- [WHAT IS REQUIRED]: Stop after the line containing "#380=FACE_BOUND('',#379,.T.);"; retype every line of the data before it exactly, starting from the first.

- [EXERCISE DATA]:
:::::

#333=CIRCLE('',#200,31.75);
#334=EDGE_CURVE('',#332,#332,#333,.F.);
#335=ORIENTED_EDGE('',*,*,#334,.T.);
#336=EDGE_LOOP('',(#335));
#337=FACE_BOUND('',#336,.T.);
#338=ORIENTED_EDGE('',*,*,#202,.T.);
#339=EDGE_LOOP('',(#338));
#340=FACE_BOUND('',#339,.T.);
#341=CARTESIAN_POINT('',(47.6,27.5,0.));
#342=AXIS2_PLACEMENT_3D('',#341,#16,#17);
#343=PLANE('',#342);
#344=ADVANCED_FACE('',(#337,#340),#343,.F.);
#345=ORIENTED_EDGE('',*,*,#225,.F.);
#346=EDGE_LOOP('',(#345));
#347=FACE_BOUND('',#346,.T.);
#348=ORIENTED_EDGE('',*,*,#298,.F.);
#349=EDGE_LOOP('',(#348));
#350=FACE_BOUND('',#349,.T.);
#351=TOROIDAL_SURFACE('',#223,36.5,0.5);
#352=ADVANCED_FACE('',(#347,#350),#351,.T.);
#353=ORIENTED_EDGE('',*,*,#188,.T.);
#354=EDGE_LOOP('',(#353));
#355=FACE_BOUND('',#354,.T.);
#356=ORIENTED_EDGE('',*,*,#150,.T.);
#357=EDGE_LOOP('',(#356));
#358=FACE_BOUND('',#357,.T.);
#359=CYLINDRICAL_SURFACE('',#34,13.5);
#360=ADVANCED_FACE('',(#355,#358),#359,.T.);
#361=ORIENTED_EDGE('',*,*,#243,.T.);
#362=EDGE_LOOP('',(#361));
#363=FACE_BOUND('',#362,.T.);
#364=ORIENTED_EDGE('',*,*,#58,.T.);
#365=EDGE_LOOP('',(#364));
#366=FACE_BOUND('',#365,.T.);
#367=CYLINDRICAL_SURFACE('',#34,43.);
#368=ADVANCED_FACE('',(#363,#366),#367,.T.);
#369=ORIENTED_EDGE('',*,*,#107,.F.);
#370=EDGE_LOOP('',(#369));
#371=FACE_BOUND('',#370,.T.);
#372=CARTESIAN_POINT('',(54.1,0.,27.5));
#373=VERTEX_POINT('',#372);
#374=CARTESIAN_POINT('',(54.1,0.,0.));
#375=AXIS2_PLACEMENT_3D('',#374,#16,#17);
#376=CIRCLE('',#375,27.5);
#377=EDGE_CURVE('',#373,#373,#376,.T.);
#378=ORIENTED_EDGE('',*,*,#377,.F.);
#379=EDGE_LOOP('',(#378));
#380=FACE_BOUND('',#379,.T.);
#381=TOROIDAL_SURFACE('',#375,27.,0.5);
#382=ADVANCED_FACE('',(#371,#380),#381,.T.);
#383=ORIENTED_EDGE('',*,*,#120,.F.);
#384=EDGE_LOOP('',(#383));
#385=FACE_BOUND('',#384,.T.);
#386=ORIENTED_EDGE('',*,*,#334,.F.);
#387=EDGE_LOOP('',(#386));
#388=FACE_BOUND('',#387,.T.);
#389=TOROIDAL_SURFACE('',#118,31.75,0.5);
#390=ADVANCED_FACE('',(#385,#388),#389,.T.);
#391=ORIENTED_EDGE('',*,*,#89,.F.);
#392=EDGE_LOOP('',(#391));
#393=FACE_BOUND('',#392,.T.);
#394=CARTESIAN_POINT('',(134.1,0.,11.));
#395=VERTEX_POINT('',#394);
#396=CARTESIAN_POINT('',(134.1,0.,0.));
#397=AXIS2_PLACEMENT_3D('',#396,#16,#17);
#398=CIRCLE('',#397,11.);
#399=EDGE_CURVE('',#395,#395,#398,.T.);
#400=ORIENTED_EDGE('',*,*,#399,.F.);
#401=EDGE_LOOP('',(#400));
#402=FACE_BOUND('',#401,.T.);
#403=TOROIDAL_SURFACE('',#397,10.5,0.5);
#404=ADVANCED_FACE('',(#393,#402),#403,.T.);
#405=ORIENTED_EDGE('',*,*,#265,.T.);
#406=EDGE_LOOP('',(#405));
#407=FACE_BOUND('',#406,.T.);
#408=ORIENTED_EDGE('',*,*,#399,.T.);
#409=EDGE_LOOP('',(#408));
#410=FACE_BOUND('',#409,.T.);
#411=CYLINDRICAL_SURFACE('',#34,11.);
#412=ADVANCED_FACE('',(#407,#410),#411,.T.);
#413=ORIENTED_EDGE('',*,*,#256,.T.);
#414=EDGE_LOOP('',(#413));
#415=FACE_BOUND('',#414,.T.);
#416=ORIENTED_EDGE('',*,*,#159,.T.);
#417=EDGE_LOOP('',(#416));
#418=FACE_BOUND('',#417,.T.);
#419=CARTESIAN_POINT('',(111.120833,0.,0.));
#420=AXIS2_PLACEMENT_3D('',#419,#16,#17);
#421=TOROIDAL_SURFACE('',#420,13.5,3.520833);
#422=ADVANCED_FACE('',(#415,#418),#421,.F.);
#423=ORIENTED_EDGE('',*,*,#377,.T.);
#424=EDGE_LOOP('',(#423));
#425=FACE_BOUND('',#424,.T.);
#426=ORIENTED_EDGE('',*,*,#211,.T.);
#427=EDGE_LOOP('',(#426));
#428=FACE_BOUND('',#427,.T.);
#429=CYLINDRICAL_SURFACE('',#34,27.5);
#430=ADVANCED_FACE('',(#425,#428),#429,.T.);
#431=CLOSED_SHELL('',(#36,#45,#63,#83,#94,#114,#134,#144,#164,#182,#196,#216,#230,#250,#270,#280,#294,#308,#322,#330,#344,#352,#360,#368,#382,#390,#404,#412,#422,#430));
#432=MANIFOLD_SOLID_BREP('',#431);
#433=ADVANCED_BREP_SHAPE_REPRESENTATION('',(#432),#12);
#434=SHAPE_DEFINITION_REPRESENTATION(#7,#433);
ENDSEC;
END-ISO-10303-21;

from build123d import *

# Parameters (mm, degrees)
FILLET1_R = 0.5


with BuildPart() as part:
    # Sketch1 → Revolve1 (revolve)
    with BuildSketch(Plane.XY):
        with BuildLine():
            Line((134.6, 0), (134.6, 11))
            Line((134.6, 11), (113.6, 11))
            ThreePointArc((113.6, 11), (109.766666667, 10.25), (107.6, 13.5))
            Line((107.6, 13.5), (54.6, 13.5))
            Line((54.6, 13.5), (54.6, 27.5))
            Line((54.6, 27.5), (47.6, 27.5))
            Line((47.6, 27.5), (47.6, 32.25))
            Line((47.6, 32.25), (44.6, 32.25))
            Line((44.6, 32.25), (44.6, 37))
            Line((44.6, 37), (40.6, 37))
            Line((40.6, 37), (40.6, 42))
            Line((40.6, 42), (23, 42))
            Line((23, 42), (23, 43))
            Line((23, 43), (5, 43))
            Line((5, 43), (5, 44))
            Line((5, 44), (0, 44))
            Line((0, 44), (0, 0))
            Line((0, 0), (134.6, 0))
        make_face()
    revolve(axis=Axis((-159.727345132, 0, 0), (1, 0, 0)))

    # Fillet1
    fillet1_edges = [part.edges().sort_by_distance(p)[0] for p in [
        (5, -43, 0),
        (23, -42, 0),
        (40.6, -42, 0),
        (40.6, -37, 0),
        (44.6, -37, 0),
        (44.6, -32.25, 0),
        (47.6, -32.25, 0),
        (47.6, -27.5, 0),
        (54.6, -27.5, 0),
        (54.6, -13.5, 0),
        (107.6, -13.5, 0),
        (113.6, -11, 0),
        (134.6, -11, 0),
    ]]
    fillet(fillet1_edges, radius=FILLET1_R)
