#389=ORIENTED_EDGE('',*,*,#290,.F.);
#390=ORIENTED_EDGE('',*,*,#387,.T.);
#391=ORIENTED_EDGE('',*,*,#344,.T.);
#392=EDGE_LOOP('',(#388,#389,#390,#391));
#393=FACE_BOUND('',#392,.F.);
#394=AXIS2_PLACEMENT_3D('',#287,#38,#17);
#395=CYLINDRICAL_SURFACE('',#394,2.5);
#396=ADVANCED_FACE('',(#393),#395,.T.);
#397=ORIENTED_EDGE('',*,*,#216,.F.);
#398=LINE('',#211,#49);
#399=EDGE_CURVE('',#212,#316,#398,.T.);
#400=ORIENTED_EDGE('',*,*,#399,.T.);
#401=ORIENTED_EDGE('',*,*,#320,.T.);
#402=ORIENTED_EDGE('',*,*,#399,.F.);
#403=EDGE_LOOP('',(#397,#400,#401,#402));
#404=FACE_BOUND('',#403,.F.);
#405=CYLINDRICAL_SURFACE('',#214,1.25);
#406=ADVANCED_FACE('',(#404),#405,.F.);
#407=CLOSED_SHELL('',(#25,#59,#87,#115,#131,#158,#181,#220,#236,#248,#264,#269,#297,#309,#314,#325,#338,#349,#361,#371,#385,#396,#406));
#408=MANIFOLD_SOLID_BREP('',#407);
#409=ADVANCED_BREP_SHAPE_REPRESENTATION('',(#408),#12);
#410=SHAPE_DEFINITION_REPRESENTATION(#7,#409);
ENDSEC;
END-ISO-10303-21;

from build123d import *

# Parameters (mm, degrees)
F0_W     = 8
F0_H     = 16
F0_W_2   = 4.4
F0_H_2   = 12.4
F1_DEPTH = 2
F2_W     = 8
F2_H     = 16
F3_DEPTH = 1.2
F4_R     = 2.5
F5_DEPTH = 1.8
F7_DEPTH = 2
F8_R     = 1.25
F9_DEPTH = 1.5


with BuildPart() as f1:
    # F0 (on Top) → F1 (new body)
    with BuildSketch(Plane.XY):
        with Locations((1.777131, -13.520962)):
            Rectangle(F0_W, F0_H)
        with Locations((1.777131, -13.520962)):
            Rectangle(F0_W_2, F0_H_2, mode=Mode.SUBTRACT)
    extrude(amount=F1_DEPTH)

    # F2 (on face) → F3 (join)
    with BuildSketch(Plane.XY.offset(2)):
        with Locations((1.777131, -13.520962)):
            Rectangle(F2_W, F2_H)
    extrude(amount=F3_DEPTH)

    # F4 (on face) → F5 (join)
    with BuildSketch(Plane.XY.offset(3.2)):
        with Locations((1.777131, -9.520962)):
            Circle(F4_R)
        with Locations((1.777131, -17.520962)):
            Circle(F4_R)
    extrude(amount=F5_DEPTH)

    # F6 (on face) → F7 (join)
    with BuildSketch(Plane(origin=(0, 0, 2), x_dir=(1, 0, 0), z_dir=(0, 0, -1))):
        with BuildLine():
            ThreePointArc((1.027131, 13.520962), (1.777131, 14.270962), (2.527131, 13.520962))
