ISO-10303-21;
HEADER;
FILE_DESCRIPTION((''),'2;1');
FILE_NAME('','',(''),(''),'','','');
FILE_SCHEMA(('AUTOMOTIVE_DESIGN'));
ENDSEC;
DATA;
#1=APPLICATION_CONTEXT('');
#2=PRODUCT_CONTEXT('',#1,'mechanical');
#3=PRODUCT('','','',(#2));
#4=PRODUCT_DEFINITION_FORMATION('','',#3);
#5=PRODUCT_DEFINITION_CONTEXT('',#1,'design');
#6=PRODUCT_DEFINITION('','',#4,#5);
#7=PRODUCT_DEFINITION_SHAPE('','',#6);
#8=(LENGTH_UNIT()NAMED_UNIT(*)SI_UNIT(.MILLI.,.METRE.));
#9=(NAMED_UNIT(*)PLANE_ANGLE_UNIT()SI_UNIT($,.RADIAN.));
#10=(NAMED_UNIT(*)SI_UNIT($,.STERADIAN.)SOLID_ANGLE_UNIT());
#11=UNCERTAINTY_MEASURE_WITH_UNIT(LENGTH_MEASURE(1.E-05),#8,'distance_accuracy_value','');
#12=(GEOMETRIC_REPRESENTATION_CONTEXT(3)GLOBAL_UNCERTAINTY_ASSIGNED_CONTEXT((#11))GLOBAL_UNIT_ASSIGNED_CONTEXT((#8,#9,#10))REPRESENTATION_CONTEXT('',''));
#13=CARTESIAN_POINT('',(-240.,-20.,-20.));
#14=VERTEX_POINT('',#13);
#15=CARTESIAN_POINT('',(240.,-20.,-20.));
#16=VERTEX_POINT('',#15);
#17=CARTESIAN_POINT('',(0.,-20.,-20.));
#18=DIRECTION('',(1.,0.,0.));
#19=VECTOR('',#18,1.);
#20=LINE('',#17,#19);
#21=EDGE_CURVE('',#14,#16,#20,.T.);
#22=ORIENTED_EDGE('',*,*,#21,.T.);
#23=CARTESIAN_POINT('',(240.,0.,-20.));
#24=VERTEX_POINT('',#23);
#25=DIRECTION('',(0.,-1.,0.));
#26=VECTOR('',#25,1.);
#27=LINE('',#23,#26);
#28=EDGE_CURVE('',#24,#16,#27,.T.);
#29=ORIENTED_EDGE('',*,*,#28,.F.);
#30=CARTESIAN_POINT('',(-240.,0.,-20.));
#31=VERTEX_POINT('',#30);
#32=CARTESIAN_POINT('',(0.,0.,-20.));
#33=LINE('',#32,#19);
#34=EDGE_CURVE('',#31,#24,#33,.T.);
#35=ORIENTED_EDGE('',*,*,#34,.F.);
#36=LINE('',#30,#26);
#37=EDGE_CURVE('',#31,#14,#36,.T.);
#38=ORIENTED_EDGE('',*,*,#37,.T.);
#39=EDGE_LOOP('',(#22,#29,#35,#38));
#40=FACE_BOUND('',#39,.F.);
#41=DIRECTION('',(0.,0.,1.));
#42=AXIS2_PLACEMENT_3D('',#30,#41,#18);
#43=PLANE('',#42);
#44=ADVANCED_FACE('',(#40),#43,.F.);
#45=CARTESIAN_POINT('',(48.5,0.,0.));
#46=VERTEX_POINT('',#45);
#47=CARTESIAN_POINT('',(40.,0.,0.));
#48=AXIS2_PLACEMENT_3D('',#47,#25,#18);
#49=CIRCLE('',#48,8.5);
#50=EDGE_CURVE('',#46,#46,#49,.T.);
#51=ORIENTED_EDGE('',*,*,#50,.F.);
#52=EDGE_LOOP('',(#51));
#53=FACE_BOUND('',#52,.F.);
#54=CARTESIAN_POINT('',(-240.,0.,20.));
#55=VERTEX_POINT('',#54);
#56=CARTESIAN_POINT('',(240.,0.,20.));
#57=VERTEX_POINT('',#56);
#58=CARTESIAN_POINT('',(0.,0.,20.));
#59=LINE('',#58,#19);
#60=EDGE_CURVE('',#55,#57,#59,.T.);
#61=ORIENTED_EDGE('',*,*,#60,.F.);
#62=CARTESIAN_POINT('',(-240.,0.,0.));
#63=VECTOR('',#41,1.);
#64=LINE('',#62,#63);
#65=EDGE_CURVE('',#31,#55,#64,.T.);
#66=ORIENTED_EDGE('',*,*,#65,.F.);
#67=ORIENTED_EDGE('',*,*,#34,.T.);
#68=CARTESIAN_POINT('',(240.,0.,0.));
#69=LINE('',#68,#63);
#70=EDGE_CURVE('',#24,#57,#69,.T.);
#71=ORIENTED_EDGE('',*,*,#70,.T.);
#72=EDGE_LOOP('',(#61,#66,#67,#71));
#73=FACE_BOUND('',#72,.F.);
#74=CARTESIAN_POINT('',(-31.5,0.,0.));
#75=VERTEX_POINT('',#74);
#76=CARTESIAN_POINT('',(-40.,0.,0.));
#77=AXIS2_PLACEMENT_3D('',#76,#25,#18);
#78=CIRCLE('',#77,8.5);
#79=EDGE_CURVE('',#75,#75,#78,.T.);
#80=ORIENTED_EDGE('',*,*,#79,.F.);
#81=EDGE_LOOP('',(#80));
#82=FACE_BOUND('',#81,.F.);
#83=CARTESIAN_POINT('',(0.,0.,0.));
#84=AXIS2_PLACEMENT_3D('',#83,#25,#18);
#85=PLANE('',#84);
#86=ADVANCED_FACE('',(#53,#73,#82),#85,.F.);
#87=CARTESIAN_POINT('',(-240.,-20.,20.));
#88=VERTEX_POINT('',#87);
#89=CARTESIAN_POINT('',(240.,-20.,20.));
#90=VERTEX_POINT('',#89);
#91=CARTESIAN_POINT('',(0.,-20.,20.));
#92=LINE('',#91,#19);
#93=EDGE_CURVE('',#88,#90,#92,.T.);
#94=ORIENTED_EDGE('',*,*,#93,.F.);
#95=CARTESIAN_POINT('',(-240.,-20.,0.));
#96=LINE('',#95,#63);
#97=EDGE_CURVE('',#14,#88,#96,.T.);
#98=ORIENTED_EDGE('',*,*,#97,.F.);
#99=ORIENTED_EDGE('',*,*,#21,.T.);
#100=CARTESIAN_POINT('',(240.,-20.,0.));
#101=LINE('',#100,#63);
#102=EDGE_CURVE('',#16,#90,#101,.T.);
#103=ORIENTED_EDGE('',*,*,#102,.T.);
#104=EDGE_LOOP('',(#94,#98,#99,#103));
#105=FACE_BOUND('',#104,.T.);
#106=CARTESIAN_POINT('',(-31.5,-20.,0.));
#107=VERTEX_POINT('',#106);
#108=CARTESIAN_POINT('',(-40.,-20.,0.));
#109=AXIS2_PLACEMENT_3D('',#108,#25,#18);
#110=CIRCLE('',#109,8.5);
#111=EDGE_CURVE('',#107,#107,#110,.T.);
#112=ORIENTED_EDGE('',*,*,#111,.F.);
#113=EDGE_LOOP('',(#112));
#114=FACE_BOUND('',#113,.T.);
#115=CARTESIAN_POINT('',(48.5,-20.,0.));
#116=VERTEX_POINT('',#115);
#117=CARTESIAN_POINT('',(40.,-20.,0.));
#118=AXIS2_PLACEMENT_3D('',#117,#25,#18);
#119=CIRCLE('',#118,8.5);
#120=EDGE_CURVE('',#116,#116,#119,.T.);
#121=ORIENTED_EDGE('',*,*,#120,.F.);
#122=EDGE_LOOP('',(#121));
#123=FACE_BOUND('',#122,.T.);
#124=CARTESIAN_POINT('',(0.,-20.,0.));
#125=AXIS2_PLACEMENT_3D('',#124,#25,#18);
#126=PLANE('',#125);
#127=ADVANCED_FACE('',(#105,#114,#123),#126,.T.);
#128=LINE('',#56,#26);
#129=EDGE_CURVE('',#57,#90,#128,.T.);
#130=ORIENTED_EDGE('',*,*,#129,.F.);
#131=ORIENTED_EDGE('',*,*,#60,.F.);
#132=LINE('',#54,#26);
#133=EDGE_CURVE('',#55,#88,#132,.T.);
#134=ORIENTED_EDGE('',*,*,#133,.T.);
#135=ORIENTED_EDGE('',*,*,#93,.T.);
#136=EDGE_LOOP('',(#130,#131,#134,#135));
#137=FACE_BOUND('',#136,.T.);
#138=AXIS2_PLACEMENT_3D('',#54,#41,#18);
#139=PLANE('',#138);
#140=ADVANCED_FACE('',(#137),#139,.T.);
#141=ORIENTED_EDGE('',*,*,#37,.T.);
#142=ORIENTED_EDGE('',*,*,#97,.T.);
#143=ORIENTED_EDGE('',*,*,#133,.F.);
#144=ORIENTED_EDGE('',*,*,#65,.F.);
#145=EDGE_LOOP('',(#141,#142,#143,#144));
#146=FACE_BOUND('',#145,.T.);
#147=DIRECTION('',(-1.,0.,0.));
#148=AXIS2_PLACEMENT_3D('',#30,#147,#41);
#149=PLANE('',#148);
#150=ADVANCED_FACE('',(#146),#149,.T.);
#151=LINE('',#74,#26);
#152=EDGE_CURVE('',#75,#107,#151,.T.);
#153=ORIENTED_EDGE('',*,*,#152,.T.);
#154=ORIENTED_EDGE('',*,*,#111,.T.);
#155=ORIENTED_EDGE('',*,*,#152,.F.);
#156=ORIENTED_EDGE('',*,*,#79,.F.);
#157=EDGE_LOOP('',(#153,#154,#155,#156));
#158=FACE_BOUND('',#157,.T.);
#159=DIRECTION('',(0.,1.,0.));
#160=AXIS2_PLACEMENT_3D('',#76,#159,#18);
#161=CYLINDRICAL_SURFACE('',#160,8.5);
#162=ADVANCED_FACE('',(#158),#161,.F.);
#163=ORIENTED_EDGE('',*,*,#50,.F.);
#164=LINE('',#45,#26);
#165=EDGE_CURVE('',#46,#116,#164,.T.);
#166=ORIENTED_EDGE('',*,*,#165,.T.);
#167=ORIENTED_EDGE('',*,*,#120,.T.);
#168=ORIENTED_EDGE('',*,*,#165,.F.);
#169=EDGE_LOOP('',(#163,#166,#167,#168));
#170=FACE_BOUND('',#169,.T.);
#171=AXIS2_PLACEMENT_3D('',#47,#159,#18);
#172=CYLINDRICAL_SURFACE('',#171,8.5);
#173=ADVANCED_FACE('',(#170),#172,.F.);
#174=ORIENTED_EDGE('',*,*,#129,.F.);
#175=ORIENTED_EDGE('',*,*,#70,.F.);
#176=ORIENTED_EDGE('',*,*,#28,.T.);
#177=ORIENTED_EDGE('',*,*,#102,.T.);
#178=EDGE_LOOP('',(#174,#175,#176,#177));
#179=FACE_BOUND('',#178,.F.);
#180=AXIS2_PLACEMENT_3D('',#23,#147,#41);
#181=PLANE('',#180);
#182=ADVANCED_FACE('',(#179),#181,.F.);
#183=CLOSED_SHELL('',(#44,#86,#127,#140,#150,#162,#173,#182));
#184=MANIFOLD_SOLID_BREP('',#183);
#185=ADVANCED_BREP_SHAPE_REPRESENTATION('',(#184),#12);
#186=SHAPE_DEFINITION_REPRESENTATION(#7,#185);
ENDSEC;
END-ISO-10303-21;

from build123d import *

# Parameters (mm, degrees)
SKETCH_W  = 480
SKETCH_H  = 40
SKETCH_R  = 8.5
PAD_DEPTH = 20


with BuildPart() as part:
    # Sketch → Pad (new body)
    with BuildSketch(Plane.XZ):
        Rectangle(SKETCH_W, SKETCH_H)
        with Locations((-40, 0)):
            Circle(SKETCH_R, mode=Mode.SUBTRACT)
        with Locations((40, 0)):
            Circle(SKETCH_R, mode=Mode.SUBTRACT)
    extrude(amount=PAD_DEPTH)


solid = part.part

:::::

- [RESULT]:
#333=CIRCLE('',#200,31.75);
#334=EDGE_CURVE('',#332,#332,#333,.F.);
#335=ORIENTED_EDGE('',*,*,#334,.T.);
#336=EDGE_LOOP('',(#335));
#337=FACE_BOUND('',#336,.T.);
#338=ORIENTED_EDGE('',*,*,#202,.T.);
#339=EDGE_LOOP('',(#338));
#340=FACE_BOUND('',#339,.T.);
#341=CARTESIAN_POINT('',(47.6,27.5,0.));
#342=AXIS2_PLACEMENT_3D('',#341,#16,#17);
#343=PLANE('',#342);
#344=ADVANCED_FACE('',(#337,#340),#343,.F.);
#345=ORIENTED_EDGE('',*,*,#225,.F.);
#346=EDGE_LOOP('',(#345));
#347=FACE_BOUND('',#346,.T.);
#348=ORIENTED_EDGE('',*,*,#298,.F.);
#349=EDGE_LOOP('',(#348));
#350=FACE_BOUND('',#349,.T.);
#351=TOROIDAL_SURFACE('',#223,36.5,0.5);
#352=ADVANCED_FACE('',(#347,#350),#351,.T.);
#353=ORIENTED_EDGE('',*,*,#188,.T.);
#354=EDGE_LOOP('',(#353));
#355=FACE_BOUND('',#354,.T.);
#356=ORIENTED_EDGE('',*,*,#150,.T.);
#357=EDGE_LOOP('',(#356));
#358=FACE_BOUND('',#357,.T.);
#359=CYLINDRICAL_SURFACE('',#34,13.5);
#360=ADVANCED_FACE('',(#355,#358),#359,.T.);
#361=ORIENTED_EDGE('',*,*,#243,.T.);
#362=EDGE_LOOP('',(#361));
#363=FACE_BOUND('',#362,.T.);
#364=ORIENTED_EDGE('',*,*,#58,.T.);
#365=EDGE_LOOP('',(#364));
#366=FACE_BOUND('',#365,.T.);
#367=CYLINDRICAL_SURFACE('',#34,43.);
#368=ADVANCED_FACE('',(#363,#366),#367,.T.);
#369=ORIENTED_EDGE('',*,*,#107,.F.);
#370=EDGE_LOOP('',(#369));
#371=FACE_BOUND('',#370,.T.);
#372=CARTESIAN_POINT('',(54.1,0.,27.5));
#373=VERTEX_POINT('',#372);
#374=CARTESIAN_POINT('',(54.1,0.,0.));
#375=AXIS2_PLACEMENT_3D('',#374,#16,#17);
#376=CIRCLE('',#375,27.5);
#377=EDGE_CURVE('',#373,#373,#376,.T.);
#378=ORIENTED_EDGE('',*,*,#377,.F.);
#379=EDGE_LOOP('',(#378));
#380=FACE_BOUND('',#379,.T.);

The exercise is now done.